Analysis of mitochondrial dynamics and function in the retinal pigment epithelium by high-speed high-resolution live imaging

Mitochondrial dysfunction is strongly implicated in neurodegenerative diseases including age-related macular degeneration (AMD), which causes irreversible blindness in over 50 million older adults worldwide. A key site of insult in AMD is the retinal pigment epithelium (RPE), a monolayer of postmitotic polarized cells that performs essential functions for photoreceptor health and vision. Recent studies from our group and others have identified several features of mitochondrial dysfunction in AMD including mitochondrial fragmentation and bioenergetic defects. While these studies provide valuable insight at fixed points in time, high-resolution, high-speed live imaging is essential for following mitochondrial injury in real time and identifying disease mechanisms. Here, we demonstrate the advantages of live imaging to investigate RPE mitochondrial dynamics in cell-based and mouse models.
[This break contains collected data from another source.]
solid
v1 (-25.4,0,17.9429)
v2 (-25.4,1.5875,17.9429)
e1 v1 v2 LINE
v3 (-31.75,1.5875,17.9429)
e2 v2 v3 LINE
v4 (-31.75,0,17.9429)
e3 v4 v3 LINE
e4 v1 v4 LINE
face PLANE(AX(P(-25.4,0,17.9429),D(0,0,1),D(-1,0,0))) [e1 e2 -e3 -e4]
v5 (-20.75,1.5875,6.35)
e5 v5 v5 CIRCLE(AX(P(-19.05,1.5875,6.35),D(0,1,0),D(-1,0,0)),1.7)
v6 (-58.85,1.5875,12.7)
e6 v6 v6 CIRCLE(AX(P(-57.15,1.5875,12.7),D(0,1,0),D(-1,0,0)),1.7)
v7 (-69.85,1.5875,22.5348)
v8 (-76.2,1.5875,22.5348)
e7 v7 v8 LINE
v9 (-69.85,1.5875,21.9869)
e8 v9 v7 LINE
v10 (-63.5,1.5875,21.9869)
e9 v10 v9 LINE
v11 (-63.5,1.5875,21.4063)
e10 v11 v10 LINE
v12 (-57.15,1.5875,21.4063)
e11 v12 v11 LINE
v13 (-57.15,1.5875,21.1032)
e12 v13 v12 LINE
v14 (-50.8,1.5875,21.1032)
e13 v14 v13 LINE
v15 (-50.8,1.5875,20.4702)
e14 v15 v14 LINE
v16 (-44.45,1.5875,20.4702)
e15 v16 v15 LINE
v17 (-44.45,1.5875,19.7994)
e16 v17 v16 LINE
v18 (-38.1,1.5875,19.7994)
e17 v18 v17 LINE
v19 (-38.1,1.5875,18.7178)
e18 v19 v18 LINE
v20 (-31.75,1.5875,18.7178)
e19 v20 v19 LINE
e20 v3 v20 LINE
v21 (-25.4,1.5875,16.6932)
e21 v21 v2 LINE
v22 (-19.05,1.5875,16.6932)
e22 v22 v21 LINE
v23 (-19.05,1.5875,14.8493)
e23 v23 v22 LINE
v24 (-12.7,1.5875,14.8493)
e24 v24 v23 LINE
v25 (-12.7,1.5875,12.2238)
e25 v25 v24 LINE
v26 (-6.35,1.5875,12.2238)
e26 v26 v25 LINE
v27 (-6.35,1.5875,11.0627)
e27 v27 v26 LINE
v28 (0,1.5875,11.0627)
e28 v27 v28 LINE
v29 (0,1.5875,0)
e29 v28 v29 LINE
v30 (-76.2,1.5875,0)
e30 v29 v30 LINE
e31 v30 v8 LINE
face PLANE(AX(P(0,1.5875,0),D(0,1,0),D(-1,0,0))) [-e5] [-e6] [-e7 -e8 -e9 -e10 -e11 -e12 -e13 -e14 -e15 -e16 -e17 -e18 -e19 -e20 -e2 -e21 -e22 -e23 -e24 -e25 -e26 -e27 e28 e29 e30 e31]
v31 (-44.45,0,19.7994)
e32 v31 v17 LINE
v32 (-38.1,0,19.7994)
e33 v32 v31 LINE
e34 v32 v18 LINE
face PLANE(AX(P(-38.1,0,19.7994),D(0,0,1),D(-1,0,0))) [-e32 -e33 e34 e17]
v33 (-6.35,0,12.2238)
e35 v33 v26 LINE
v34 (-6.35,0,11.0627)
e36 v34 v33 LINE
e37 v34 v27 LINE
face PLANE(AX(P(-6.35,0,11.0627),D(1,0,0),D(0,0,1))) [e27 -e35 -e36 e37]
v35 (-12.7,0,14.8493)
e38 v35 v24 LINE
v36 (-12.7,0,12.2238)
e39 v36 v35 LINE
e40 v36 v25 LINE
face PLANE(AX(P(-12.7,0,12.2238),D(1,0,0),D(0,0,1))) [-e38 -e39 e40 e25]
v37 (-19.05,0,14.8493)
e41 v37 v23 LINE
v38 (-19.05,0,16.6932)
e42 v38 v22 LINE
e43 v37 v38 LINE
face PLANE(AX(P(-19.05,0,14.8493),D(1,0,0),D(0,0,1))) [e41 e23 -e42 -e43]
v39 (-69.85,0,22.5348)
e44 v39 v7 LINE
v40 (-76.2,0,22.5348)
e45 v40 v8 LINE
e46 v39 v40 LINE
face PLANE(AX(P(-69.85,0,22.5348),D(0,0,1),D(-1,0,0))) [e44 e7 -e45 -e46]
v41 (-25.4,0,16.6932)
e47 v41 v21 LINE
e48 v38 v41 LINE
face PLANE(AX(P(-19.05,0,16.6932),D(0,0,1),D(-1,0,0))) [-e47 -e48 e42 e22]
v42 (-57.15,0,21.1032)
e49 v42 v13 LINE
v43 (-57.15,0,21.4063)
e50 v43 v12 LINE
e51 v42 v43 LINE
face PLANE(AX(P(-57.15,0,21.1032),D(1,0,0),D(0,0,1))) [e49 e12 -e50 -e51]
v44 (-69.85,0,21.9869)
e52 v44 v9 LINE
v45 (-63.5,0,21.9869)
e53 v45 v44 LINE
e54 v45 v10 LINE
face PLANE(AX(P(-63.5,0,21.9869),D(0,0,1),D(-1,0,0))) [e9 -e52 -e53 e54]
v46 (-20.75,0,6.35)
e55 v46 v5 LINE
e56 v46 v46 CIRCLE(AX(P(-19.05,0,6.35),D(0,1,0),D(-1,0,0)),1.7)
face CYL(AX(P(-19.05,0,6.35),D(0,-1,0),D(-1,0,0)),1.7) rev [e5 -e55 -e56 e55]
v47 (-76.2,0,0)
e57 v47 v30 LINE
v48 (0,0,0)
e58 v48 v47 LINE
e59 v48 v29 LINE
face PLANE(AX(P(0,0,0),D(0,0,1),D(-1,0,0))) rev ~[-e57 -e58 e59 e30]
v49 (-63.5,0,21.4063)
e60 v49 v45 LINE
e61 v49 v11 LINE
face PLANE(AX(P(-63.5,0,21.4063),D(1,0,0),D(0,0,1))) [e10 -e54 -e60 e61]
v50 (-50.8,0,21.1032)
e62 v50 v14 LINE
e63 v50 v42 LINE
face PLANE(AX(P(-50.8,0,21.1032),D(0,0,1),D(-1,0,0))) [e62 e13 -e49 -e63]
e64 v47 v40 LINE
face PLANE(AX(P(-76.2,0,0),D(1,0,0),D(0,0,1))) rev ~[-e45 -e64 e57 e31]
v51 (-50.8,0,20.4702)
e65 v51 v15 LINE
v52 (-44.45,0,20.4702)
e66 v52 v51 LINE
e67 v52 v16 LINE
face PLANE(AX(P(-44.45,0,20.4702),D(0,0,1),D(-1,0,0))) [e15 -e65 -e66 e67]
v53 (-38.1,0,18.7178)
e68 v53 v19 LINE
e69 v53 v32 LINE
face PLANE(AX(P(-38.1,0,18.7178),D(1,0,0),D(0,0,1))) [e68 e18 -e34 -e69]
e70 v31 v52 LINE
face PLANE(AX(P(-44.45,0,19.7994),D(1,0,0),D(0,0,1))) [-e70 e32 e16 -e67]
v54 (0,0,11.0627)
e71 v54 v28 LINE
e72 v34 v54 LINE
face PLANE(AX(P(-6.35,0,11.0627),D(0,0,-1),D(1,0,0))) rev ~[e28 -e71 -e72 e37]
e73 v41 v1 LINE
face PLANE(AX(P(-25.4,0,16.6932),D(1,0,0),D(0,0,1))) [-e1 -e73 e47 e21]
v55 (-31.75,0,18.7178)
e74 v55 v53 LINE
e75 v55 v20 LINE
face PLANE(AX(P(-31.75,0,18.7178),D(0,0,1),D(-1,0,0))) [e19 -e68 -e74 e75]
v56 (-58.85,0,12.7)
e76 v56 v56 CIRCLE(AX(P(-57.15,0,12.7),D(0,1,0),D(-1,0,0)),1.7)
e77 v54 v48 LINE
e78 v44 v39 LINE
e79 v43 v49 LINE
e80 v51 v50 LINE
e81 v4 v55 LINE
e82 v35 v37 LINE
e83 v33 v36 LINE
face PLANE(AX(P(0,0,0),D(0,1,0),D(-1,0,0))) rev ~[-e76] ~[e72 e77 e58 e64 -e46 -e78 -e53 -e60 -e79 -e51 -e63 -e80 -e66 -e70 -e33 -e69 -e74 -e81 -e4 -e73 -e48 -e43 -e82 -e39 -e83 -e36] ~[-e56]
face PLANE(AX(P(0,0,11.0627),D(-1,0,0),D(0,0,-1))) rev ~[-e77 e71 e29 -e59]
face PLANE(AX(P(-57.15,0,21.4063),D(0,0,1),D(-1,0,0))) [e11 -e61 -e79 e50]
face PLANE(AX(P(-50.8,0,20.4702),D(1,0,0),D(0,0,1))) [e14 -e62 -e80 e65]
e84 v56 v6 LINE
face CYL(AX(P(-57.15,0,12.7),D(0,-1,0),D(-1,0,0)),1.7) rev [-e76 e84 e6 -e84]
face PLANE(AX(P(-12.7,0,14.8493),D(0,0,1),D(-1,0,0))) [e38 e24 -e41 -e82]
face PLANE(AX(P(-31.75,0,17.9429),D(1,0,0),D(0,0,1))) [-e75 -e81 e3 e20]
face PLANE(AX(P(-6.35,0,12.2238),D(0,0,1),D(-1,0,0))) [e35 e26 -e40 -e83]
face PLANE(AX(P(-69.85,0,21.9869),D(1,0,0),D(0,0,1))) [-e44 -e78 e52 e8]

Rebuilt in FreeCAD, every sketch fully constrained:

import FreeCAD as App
import Part
import Sketcher
from FreeCAD import Vector
Q = App.Units.Quantity

doc = App.newDocument("Part")
body = doc.addObject("PartDesign::Body", "Body")

# Sketch on XZ plane
sketch1 = body.newObject("Sketcher::SketchObject", "Sketch")
sketch1.AttachmentSupport = (doc.getObject("XZ_Plane"), [""])
sketch1.MapMode = "FlatFace"
sketch1.addGeometry([
    Part.LineSegment(Vector(-6.35, 12.22, 0), Vector(-6.35, 11.06, 0)),  # 0
    Part.LineSegment(Vector(-6.35, 11.06, 0), Vector(0, 11.06, 0)),  # 1
    Part.LineSegment(Vector(0, 11.06, 0), Vector(0, 0, 0)),  # 2
    Part.LineSegment(Vector(0, 0, 0), Vector(-76.2, 0, 0)),  # 3
    Part.LineSegment(Vector(-76.2, 0, 0), Vector(-76.2, 22.53, 0)),  # 4
    Part.LineSegment(Vector(-76.2, 22.53, 0), Vector(-69.85, 22.53, 0)),  # 5
    Part.LineSegment(Vector(-69.85, 22.53, 0), Vector(-69.85, 21.99, 0)),  # 6
    Part.LineSegment(Vector(-69.85, 21.99, 0), Vector(-63.5, 21.99, 0)),  # 7
    Part.LineSegment(Vector(-63.5, 21.99, 0), Vector(-63.5, 21.41, 0)),  # 8
    Part.LineSegment(Vector(-63.5, 21.41, 0), Vector(-57.15, 21.41, 0)),  # 9
    Part.LineSegment(Vector(-57.15, 21.41, 0), Vector(-57.15, 21.1, 0)),  # 10
    Part.LineSegment(Vector(-57.15, 21.1, 0), Vector(-50.8, 21.1, 0)),  # 11
    Part.LineSegment(Vector(-50.8, 21.1, 0), Vector(-50.8, 20.47, 0)),  # 12
    Part.LineSegment(Vector(-50.8, 20.47, 0), Vector(-44.45, 20.47, 0)),  # 13
    Part.LineSegment(Vector(-44.45, 20.47, 0), Vector(-44.45, 19.8, 0)),  # 14
    Part.LineSegment(Vector(-44.45, 19.8, 0), Vector(-38.1, 19.8, 0)),  # 15
    Part.LineSegment(Vector(-38.1, 19.8, 0), Vector(-38.1, 18.72, 0)),  # 16
    Part.LineSegment(Vector(-38.1, 18.72, 0), Vector(-31.75, 18.72, 0)),  # 17
    Part.LineSegment(Vector(-31.75, 18.72, 0), Vector(-31.75, 17.94, 0)),  # 18
    Part.LineSegment(Vector(-31.75, 17.94, 0), Vector(-25.4, 17.94, 0)),  # 19
    Part.LineSegment(Vector(-25.4, 17.94, 0), Vector(-25.4, 16.69, 0)),  # 20
    Part.LineSegment(Vector(-25.4, 16.69, 0), Vector(-19.05, 16.69, 0)),  # 21
    Part.LineSegment(Vector(-19.05, 16.69, 0), Vector(-19.05, 14.85, 0)),  # 22
    Part.LineSegment(Vector(-19.05, 14.85, 0), Vector(-12.7, 14.85, 0)),  # 23
    Part.LineSegment(Vector(-12.7, 14.85, 0), Vector(-12.7, 12.22, 0)),  # 24
    Part.LineSegment(Vector(-12.7, 12.22, 0), Vector(-6.35, 12.22, 0)),  # 25
    Part.Circle(Vector(-19.05, 6.35, 0), Vector(0, 0, 1), 1.7),  # 26
    Part.Circle(Vector(-57.15, 12.7, 0), Vector(0, 0, 1), 1.7),  # 27
], False)
sketch1.addConstraint([
    Sketcher.Constraint("Coincident", 0, 2, 1, 1),
    Sketcher.Constraint("Coincident", 1, 2, 2, 1),
    Sketcher.Constraint("Coincident", 2, 2, 3, 1),
    Sketcher.Constraint("Coincident", 3, 2, 4, 1),
    Sketcher.Constraint("Coincident", 4, 2, 5, 1),
    Sketcher.Constraint("Coincident", 5, 2, 6, 1),
    Sketcher.Constraint("Coincident", 6, 2, 7, 1),
    Sketcher.Constraint("Coincident", 7, 2, 8, 1),
    Sketcher.Constraint("Coincident", 8, 2, 9, 1),
    Sketcher.Constraint("Coincident", 9, 2, 10, 1),
    Sketcher.Constraint("Coincident", 10, 2, 11, 1),
    Sketcher.Constraint("Coincident", 11, 2, 12, 1),
    Sketcher.Constraint("Coincident", 12, 2, 13, 1),
    Sketcher.Constraint("Coincident", 13, 2, 14, 1),
    Sketcher.Constraint("Coincident", 14, 2, 15, 1),
    Sketcher.Constraint("Coincident", 15, 2, 16, 1),
    Sketcher.Constraint("Coincident", 16, 2, 17, 1),
    Sketcher.Constraint("Coincident", 17, 2, 18, 1),
    Sketcher.Constraint("Coincident", 18, 2, 19, 1),
    Sketcher.Constraint("Coincident", 19, 2, 20, 1),
    Sketcher.Constraint("Coincident", 20, 2, 21, 1),
    Sketcher.Constraint("Coincident", 21, 2, 22, 1),
    Sketcher.Constraint("Coincident", 22, 2, 23, 1),
    Sketcher.Constraint("Coincident", 23, 2, 24, 1),
    Sketcher.Constraint("Coincident", 24, 2, 25, 1),
    Sketcher.Constraint("Coincident", 25, 2, 0, 1),
    Sketcher.Constraint("Vertical", 0),
    Sketcher.Constraint("Horizontal", 1),
    Sketcher.Constraint("Vertical", 2),
    Sketcher.Constraint("Horizontal", 3),
    Sketcher.Constraint("Vertical", 4),
    Sketcher.Constraint("Horizontal", 5),
    Sketcher.Constraint("Vertical", 6),
    Sketcher.Constraint("Horizontal", 7),
    Sketcher.Constraint("Vertical", 8),
    Sketcher.Constraint("Horizontal", 9),
    Sketcher.Constraint("Vertical", 10),
    Sketcher.Constraint("Horizontal", 11),
    Sketcher.Constraint("Vertical", 12),
    Sketcher.Constraint("Horizontal", 13),
    Sketcher.Constraint("Vertical", 14),
    Sketcher.Constraint("Horizontal", 15),
    Sketcher.Constraint("Vertical", 16),
    Sketcher.Constraint("Horizontal", 17),
    Sketcher.Constraint("Vertical", 18),
    Sketcher.Constraint("Horizontal", 19),
    Sketcher.Constraint("Vertical", 20),
    Sketcher.Constraint("Horizontal", 21),
    Sketcher.Constraint("Vertical", 22),
    Sketcher.Constraint("Horizontal", 23),
    Sketcher.Constraint("Vertical", 24),
    Sketcher.Constraint("Horizontal", 25),
    Sketcher.Constraint("Coincident", 2, 2, -1, 1),
    Sketcher.Constraint("Equal", 26, 27),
We show that mitochondria in the RPE form extensive networks that are destroyed by fixation and discuss important live imaging considerations that can interfere with accurate evaluation of mitochondrial integrity such as RPE differentiation status and acquisition parameters. Our data demonstrate that RPE mitochondria show localized heterogeneities in membrane potential and ATP production that could reflect focal changes in metabolism and oxidative stress. Contacts between the mitochondria and organelles such as the ER and lysosomes mediate calcium flux and mitochondrial fission. Live imaging of mouse RPE flatmounts revealed a striking loss of mitochondrial integrity in albino mouse RPE compared to pigmented mice that could have significant functional consequences for cellular metabolism. Our studies lay a framework to guide experimental design and selection of model systems for evaluating mitochondrial health and function in the RPE.